- _DIRECTIONS FOR THIS TASK_: Go to the line holding "Circle(SKETCH4_R)" in the entries below and write out exactly every line down to and including the line holding "Circle(SKETCH5_R)".

Collected data:
----
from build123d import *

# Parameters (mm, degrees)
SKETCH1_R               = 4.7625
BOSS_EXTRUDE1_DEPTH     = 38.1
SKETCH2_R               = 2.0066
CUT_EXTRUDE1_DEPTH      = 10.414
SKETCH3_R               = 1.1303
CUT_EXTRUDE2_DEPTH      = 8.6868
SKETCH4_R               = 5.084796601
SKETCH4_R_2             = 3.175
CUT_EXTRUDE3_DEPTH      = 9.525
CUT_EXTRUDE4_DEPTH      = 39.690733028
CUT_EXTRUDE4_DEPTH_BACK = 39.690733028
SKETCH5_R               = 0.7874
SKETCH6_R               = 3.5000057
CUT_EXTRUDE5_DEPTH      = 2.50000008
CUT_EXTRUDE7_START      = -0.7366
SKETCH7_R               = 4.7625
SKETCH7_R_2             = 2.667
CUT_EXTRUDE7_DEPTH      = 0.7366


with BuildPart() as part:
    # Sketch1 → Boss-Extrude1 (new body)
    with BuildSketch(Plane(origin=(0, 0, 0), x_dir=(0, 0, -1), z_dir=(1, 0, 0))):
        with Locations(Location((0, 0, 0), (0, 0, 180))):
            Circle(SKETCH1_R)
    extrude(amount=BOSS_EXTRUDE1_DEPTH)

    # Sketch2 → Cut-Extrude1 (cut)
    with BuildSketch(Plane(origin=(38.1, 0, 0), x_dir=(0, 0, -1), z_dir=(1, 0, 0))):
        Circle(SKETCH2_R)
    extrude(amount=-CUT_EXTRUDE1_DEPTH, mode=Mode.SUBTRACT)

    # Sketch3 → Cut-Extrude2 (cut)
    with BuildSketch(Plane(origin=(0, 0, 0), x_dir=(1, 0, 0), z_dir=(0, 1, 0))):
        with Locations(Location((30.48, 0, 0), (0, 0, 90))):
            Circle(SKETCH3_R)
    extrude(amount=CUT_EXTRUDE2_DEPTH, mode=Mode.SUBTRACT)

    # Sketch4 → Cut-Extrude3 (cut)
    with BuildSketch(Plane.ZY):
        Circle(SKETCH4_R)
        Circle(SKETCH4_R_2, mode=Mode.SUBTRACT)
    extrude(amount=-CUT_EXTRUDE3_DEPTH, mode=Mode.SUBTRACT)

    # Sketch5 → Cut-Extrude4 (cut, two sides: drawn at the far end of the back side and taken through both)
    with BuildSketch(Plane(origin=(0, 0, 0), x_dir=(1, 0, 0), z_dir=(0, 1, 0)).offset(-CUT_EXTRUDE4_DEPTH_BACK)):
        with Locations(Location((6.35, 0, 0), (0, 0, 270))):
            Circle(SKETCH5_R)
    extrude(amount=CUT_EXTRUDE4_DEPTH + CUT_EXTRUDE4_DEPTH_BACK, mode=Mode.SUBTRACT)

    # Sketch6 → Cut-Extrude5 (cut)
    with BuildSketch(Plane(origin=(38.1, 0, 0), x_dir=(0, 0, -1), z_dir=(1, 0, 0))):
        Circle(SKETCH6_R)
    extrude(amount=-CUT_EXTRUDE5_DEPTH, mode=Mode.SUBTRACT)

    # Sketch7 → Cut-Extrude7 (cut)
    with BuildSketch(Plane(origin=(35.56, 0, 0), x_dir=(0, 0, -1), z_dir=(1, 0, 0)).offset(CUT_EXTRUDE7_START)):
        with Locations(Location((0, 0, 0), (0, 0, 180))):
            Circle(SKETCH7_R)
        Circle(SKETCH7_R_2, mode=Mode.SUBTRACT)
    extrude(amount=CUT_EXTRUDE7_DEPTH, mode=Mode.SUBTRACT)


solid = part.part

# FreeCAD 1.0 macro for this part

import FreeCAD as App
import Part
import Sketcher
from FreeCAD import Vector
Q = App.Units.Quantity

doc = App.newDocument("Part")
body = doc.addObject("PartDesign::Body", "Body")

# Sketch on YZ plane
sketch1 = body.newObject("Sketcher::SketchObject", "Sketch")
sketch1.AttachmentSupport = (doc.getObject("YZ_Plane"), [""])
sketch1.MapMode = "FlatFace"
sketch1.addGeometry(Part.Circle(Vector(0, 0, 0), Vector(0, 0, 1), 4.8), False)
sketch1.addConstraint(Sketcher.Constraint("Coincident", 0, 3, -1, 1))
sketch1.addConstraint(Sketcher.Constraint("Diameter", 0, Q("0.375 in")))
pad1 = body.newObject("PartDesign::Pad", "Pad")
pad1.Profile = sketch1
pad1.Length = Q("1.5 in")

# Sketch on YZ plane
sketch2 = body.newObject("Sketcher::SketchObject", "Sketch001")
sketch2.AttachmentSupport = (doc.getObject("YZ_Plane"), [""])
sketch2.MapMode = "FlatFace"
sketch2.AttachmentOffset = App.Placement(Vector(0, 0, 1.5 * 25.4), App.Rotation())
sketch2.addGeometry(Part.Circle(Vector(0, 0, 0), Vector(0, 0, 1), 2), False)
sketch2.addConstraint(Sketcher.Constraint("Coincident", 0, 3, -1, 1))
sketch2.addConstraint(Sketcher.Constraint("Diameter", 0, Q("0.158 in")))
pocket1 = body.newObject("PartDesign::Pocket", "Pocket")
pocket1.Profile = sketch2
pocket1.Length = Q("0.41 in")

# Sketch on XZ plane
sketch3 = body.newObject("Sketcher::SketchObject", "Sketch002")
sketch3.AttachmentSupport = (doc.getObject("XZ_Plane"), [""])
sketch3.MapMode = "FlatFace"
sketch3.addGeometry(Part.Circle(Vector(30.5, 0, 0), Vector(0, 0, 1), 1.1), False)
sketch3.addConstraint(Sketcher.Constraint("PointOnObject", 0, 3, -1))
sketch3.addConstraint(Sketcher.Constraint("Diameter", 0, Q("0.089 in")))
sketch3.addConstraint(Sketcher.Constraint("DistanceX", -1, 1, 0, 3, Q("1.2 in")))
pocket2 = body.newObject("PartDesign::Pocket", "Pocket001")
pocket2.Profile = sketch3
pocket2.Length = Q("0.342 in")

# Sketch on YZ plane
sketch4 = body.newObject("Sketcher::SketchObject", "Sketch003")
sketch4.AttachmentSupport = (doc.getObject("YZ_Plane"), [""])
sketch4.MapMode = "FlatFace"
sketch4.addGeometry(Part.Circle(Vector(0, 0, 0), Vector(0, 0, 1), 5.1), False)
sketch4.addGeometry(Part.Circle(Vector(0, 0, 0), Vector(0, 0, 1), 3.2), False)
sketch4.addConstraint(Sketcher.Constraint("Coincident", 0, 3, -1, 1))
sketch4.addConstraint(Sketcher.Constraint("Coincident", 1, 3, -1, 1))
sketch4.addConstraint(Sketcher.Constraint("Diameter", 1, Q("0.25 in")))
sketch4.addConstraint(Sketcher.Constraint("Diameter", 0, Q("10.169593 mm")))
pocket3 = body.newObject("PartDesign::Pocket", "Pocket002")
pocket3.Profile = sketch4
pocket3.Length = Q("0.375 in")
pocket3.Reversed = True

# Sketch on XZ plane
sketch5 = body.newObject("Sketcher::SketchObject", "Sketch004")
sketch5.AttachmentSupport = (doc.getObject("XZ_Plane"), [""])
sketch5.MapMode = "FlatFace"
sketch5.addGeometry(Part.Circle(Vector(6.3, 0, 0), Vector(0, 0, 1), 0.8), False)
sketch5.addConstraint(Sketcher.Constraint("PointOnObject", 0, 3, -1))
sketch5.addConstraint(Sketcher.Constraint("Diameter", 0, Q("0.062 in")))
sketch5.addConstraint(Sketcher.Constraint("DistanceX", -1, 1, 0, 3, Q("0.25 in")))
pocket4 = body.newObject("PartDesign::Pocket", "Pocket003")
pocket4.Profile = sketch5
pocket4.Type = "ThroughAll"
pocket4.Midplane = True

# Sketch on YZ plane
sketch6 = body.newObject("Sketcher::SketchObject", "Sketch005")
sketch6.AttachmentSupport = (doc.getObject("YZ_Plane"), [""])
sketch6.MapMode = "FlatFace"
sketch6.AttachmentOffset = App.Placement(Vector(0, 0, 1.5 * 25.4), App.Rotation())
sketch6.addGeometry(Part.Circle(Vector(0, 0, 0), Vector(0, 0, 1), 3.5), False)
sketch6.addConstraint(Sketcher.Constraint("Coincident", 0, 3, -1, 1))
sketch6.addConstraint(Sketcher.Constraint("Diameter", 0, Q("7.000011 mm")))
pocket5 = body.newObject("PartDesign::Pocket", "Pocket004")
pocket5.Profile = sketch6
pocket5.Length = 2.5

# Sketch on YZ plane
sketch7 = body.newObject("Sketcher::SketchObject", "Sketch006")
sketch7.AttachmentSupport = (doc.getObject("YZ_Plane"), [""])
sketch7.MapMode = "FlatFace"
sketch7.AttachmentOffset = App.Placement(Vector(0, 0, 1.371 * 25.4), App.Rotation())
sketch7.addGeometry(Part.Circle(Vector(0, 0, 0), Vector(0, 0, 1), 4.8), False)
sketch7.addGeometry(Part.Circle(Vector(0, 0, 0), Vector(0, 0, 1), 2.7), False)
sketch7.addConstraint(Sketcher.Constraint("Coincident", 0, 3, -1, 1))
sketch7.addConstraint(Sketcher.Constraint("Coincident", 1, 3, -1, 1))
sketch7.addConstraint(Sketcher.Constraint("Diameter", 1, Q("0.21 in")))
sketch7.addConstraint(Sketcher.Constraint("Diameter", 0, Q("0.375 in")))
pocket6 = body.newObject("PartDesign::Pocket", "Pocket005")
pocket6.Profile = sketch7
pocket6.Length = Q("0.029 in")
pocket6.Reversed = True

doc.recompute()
----
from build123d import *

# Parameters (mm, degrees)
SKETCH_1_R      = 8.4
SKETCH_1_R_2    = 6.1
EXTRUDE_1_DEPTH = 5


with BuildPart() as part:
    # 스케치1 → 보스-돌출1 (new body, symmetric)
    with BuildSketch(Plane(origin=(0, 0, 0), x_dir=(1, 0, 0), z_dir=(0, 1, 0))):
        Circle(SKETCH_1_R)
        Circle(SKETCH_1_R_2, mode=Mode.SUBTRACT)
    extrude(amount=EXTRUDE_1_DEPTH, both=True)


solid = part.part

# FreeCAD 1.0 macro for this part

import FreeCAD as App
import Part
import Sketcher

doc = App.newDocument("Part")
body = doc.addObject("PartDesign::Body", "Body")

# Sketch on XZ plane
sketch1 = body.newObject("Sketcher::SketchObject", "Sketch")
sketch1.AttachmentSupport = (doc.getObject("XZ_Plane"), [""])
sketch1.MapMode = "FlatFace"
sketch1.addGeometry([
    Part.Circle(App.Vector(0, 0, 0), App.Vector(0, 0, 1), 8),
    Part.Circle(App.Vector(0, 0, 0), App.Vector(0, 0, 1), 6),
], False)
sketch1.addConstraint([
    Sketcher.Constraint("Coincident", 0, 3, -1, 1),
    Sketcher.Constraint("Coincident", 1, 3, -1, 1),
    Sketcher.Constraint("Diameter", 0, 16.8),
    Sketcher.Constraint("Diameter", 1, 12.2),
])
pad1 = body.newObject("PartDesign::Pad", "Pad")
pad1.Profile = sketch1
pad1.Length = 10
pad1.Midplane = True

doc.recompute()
----
- _SOLUTION FOR THIS PROBLEM_:
        Circle(SKETCH4_R)
        Circle(SKETCH4_R_2, mode=Mode.SUBTRACT)
    extrude(amount=-CUT_EXTRUDE3_DEPTH, mode=Mode.SUBTRACT)

    # Sketch5 → Cut-Extrude4 (cut, two sides: drawn at the far end of the back side and taken through both)
    with BuildSketch(Plane(origin=(0, 0, 0), x_dir=(1, 0, 0), z_dir=(0, 1, 0)).offset(-CUT_EXTRUDE4_DEPTH_BACK)):
        with Locations(Location((6.35, 0, 0), (0, 0, 270))):
            Circle(SKETCH5_R)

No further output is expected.